Each line from the beginning of the entries below through the line that includes "v10 (6.553289,1,-11.549361)" must be returned exactly as given.

::::::

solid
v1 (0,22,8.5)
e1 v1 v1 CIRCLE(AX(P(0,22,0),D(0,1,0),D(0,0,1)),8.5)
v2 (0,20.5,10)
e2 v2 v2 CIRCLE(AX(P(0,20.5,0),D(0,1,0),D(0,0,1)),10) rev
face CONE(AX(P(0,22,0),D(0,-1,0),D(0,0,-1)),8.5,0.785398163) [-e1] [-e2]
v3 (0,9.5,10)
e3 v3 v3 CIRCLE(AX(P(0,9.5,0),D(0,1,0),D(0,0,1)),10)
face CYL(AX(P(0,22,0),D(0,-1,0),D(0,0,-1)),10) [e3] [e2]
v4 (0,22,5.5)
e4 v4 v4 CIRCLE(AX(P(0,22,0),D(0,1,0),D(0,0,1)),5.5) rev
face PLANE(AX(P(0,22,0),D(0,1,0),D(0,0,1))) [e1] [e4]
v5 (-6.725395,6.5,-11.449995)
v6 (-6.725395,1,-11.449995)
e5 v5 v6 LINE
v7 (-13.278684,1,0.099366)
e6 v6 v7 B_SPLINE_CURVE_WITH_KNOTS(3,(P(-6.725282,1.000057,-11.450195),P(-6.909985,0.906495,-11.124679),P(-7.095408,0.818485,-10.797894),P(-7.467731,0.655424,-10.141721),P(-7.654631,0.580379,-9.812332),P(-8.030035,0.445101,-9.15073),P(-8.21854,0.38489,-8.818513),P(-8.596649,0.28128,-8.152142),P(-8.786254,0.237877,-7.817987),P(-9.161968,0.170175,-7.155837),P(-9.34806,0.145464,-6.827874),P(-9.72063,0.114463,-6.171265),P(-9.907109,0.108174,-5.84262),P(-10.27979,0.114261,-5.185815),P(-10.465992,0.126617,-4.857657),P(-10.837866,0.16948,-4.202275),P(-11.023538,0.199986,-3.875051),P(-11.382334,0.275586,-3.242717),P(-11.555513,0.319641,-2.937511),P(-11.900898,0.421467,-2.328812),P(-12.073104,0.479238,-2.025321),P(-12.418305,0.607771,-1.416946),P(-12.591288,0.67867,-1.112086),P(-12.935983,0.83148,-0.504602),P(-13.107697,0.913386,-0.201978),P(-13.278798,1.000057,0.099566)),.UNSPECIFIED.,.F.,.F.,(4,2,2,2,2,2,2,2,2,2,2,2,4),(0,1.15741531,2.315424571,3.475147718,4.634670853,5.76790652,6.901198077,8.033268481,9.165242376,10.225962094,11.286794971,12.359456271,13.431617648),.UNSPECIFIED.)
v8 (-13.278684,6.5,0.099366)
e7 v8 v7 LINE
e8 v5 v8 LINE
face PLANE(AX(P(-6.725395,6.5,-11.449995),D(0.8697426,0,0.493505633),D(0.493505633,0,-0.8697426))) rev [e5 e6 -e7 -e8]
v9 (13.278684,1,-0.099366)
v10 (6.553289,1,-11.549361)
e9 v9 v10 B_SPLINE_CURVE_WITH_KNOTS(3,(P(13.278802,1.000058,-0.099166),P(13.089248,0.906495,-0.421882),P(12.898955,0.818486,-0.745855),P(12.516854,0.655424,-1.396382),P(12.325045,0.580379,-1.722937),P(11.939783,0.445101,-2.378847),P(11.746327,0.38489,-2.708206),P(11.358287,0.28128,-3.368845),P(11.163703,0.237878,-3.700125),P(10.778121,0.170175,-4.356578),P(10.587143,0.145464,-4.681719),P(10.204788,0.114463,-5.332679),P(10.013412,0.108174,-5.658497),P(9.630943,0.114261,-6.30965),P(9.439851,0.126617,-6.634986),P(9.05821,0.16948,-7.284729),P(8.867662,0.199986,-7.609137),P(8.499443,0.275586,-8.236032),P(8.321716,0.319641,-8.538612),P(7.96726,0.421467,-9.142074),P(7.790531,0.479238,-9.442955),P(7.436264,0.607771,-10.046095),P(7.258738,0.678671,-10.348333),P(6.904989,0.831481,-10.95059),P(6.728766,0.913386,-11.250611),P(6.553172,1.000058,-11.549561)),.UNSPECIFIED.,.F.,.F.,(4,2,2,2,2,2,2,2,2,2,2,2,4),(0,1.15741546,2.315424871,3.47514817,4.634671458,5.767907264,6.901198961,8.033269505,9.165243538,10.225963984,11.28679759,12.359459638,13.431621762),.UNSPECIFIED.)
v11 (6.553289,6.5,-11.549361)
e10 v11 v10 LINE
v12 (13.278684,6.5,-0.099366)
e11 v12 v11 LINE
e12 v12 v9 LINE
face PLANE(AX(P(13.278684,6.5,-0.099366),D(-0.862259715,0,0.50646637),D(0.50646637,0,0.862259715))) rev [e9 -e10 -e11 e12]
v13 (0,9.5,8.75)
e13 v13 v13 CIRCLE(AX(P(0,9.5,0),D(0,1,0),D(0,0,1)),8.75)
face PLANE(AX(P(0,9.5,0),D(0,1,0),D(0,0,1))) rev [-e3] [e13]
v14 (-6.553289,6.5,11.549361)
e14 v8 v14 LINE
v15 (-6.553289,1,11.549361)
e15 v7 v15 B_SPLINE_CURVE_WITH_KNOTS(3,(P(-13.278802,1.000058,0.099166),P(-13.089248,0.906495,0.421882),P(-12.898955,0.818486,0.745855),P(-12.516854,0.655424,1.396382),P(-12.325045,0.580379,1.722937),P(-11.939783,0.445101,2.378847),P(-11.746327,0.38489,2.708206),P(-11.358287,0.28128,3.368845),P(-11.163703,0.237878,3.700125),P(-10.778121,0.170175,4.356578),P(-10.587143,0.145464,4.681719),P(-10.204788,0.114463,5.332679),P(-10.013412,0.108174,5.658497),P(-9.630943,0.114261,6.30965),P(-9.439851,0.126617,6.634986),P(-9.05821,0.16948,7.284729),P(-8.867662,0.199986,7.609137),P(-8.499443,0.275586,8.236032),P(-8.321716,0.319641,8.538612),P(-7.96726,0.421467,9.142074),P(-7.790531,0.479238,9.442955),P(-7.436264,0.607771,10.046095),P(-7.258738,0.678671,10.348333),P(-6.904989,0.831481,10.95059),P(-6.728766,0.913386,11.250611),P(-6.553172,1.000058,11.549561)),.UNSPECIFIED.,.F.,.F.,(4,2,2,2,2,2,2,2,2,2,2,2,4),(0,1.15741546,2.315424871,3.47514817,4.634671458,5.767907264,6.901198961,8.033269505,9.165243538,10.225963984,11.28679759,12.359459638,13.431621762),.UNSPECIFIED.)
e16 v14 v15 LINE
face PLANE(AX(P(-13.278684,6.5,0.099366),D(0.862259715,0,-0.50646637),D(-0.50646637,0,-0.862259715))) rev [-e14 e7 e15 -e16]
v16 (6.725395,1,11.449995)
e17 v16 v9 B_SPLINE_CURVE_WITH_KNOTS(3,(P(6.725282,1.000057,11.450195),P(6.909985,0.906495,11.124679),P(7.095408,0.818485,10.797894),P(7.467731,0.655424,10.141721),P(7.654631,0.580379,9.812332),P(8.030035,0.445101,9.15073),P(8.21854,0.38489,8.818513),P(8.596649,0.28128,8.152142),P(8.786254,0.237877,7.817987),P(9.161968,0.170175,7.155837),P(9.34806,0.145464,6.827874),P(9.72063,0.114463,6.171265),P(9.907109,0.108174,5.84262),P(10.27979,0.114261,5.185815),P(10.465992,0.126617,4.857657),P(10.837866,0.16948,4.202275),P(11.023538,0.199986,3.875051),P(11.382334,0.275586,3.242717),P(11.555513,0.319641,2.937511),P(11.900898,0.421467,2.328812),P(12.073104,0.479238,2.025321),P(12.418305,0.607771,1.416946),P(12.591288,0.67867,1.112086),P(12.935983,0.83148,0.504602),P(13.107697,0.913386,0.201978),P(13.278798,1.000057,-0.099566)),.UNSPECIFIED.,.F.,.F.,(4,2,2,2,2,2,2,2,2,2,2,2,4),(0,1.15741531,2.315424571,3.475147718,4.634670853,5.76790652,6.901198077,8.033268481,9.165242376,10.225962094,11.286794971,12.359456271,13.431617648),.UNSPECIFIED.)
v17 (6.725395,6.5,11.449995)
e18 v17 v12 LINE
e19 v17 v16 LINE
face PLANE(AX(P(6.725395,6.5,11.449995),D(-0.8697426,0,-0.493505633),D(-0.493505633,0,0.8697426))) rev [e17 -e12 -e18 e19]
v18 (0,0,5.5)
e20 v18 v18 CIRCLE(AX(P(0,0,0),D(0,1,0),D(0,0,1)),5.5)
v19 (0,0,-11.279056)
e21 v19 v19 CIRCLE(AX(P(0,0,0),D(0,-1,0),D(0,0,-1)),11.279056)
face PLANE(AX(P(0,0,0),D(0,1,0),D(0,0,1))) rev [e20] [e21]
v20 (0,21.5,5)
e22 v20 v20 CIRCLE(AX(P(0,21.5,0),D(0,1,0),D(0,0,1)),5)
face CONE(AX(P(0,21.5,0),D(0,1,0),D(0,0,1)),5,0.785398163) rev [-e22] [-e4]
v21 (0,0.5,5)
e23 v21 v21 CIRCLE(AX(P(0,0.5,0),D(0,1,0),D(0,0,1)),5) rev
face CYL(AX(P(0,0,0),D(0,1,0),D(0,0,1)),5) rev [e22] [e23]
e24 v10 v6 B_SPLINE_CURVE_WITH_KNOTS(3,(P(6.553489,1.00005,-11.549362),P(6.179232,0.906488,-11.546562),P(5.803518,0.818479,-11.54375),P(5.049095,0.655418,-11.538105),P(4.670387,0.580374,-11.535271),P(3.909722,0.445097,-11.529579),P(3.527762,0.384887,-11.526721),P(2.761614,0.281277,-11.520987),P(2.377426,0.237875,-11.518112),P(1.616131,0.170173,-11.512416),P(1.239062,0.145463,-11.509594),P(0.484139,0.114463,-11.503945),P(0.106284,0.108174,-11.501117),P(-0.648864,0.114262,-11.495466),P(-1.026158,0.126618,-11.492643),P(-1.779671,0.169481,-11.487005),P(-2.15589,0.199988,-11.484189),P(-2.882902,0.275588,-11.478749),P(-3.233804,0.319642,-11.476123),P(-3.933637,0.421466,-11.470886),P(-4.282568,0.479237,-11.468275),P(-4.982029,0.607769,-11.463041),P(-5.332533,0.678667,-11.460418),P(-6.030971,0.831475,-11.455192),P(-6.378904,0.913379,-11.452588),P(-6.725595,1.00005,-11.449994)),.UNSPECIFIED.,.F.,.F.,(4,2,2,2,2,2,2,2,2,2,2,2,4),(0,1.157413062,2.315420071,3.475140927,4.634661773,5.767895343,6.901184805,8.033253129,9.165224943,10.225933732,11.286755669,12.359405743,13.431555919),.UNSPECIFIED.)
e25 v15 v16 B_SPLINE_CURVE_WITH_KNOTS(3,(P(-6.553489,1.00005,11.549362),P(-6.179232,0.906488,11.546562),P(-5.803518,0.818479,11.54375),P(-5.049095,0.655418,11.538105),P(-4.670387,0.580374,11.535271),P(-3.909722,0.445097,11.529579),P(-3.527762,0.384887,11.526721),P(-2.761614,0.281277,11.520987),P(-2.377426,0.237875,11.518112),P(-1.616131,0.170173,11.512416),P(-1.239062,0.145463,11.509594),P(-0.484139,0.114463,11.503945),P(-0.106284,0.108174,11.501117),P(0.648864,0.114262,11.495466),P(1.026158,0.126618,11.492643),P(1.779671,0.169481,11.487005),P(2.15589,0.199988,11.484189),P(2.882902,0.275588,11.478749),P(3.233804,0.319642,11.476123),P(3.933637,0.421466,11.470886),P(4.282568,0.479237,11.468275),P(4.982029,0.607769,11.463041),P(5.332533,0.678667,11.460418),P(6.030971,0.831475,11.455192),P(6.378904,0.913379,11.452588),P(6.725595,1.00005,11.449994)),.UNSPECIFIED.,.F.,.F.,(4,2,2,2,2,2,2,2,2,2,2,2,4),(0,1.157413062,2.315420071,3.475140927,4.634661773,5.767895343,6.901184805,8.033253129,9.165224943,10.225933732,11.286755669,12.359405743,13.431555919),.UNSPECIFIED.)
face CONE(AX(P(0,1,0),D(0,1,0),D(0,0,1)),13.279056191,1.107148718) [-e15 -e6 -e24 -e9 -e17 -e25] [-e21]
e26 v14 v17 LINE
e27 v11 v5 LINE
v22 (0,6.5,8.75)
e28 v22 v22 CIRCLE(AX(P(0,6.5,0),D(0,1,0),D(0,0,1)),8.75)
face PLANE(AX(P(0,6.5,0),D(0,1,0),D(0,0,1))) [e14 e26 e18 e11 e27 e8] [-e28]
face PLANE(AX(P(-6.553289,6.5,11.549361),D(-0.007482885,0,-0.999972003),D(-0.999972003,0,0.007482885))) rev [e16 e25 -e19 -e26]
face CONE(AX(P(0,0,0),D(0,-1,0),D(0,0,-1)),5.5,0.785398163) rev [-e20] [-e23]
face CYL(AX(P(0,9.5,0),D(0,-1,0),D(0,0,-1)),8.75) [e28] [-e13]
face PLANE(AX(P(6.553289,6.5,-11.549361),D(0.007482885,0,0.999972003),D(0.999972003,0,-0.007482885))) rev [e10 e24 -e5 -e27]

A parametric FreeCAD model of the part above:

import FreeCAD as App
import Part
import Sketcher
from FreeCAD import Vector


def edges_at(feature, points):
    """Names of the edges that pass closest to the given points."""
    edges = feature.Shape.Edges
    near = lambda p: min(range(len(edges)), key=lambda i: edges[i].distToShape(Part.Vertex(*p))[0])
    return sorted({f"Edge{near(p) + 1}" for p in points})

doc = App.newDocument("Part")
body = doc.addObject("PartDesign::Body", "Body")

# Sketch on XZ plane
sketch1 = body.newObject("Sketcher::SketchObject", "Sketch")
sketch1.AttachmentSupport = (doc.getObject("XZ_Plane"), [""])
sketch1.MapMode = "FlatFace"
sketch1.addGeometry([
    Part.LineSegment(Vector(7, -12, 0), Vector(-7, -11, 0)),  # 0
    Part.LineSegment(Vector(-7, -11, 0), Vector(-13, 0, 0)),  # 1
    Part.LineSegment(Vector(-13, 0, 0), Vector(-7, 12, 0)),  # 2
    Part.LineSegment(Vector(-7, 12, 0), Vector(7, 11, 0)),  # 3
    Part.LineSegment(Vector(7, 11, 0), Vector(13, 0, 0)),  # 4
    Part.LineSegment(Vector(13, 0, 0), Vector(7, -12, 0)),  # 5
], False)
sketch1.addConstraint([
    Sketcher.Constraint("Coincident", 0, 2, 1, 1),
    Sketcher.Constraint("Coincident", 1, 2, 2, 1),
    Sketcher.Constraint("Coincident", 2, 2, 3, 1),
    Sketcher.Constraint("Coincident", 3, 2, 4, 1),
    Sketcher.Constraint("Coincident", 4, 2, 5, 1),
    Sketcher.Constraint("Coincident", 5, 2, 0, 1),
    Sketcher.Constraint("Symmetric", 0, 2, 3, 2, -1, 1),
    Sketcher.Constraint("Symmetric", 1, 2, 4, 2, -1, 1),
    Sketcher.Constraint("Symmetric", 2, 2, 5, 2, -1, 1),
    Sketcher.Constraint("Equal", 0, 1),
    Sketcher.Constraint("Equal", 1, 2),
    Sketcher.Constraint("DistanceX", 2, 2, -1, 1, 6.553289),
    Sketcher.Constraint("DistanceY", -1, 1, 2, 2, 11.549361),
    Sketcher.Constraint("DistanceX", 1, 2, 0, 2, 6.553289),
    Sketcher.Constraint("DistanceY", 0, 2, 1, 2, 11.549361),
])
pad1 = body.newObject("PartDesign::Pad", "Pad")
pad1.Profile = sketch1
pad1.Length = 6.5
pad1.Reversed = True

# Sketch on XZ plane
sketch2 = body.newObject("Sketcher::SketchObject", "Sketch001")
sketch2.AttachmentSupport = (doc.getObject("XZ_Plane"), [""])
sketch2.MapMode = "FlatFace"
sketch2.AttachmentOffset = App.Placement(Vector(0, 0, -6.5), App.Rotation())
sketch2.addGeometry(Part.Circle(Vector(0, 0, 0), Vector(0, 0, 1), 9), False)
sketch2.addConstraint([
    Sketcher.Constraint("Coincident", 0, 3, -1, 1),
    Sketcher.Constraint("Diameter", 0, 17.5),
])
pad2 = body.newObject("PartDesign::Pad", "Pad001")
pad2.Profile = sketch2
pad2.Length = 3
pad2.Reversed = True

::::::

Result of this task>
solid
v1 (0,22,8.5)
e1 v1 v1 CIRCLE(AX(P(0,22,0),D(0,1,0),D(0,0,1)),8.5)
v2 (0,20.5,10)
e2 v2 v2 CIRCLE(AX(P(0,20.5,0),D(0,1,0),D(0,0,1)),10) rev
face CONE(AX(P(0,22,0),D(0,-1,0),D(0,0,-1)),8.5,0.785398163) [-e1] [-e2]
v3 (0,9.5,10)
e3 v3 v3 CIRCLE(AX(P(0,9.5,0),D(0,1,0),D(0,0,1)),10)
face CYL(AX(P(0,22,0),D(0,-1,0),D(0,0,-1)),10) [e3] [e2]
v4 (0,22,5.5)
e4 v4 v4 CIRCLE(AX(P(0,22,0),D(0,1,0),D(0,0,1)),5.5) rev
face PLANE(AX(P(0,22,0),D(0,1,0),D(0,0,1))) [e1] [e4]
v5 (-6.725395,6.5,-11.449995)
v6 (-6.725395,1,-11.449995)
e5 v5 v6 LINE
v7 (-13.278684,1,0.099366)
e6 v6 v7 B_SPLINE_CURVE_WITH_KNOTS(3,(P(-6.725282,1.000057,-11.450195),P(-6.909985,0.906495,-11.124679),P(-7.095408,0.818485,-10.797894),P(-7.467731,0.655424,-10.141721),P(-7.654631,0.580379,-9.812332),P(-8.030035,0.445101,-9.15073),P(-8.21854,0.38489,-8.818513),P(-8.596649,0.28128,-8.152142),P(-8.786254,0.237877,-7.817987),P(-9.161968,0.170175,-7.155837),P(-9.34806,0.145464,-6.827874),P(-9.72063,0.114463,-6.171265),P(-9.907109,0.108174,-5.84262),P(-10.27979,0.114261,-5.185815),P(-10.465992,0.126617,-4.857657),P(-10.837866,0.16948,-4.202275),P(-11.023538,0.199986,-3.875051),P(-11.382334,0.275586,-3.242717),P(-11.555513,0.319641,-2.937511),P(-11.900898,0.421467,-2.328812),P(-12.073104,0.479238,-2.025321),P(-12.418305,0.607771,-1.416946),P(-12.591288,0.67867,-1.112086),P(-12.935983,0.83148,-0.504602),P(-13.107697,0.913386,-0.201978),P(-13.278798,1.000057,0.099566)),.UNSPECIFIED.,.F.,.F.,(4,2,2,2,2,2,2,2,2,2,2,2,4),(0,1.15741531,2.315424571,3.475147718,4.634670853,5.76790652,6.901198077,8.033268481,9.165242376,10.225962094,11.286794971,12.359456271,13.431617648),.UNSPECIFIED.)
v8 (-13.278684,6.5,0.099366)
e7 v8 v7 LINE
e8 v5 v8 LINE
face PLANE(AX(P(-6.725395,6.5,-11.449995),D(0.8697426,0,0.493505633),D(0.493505633,0,-0.8697426))) rev [e5 e6 -e7 -e8]
v9 (13.278684,1,-0.099366)
v10 (6.553289,1,-11.549361)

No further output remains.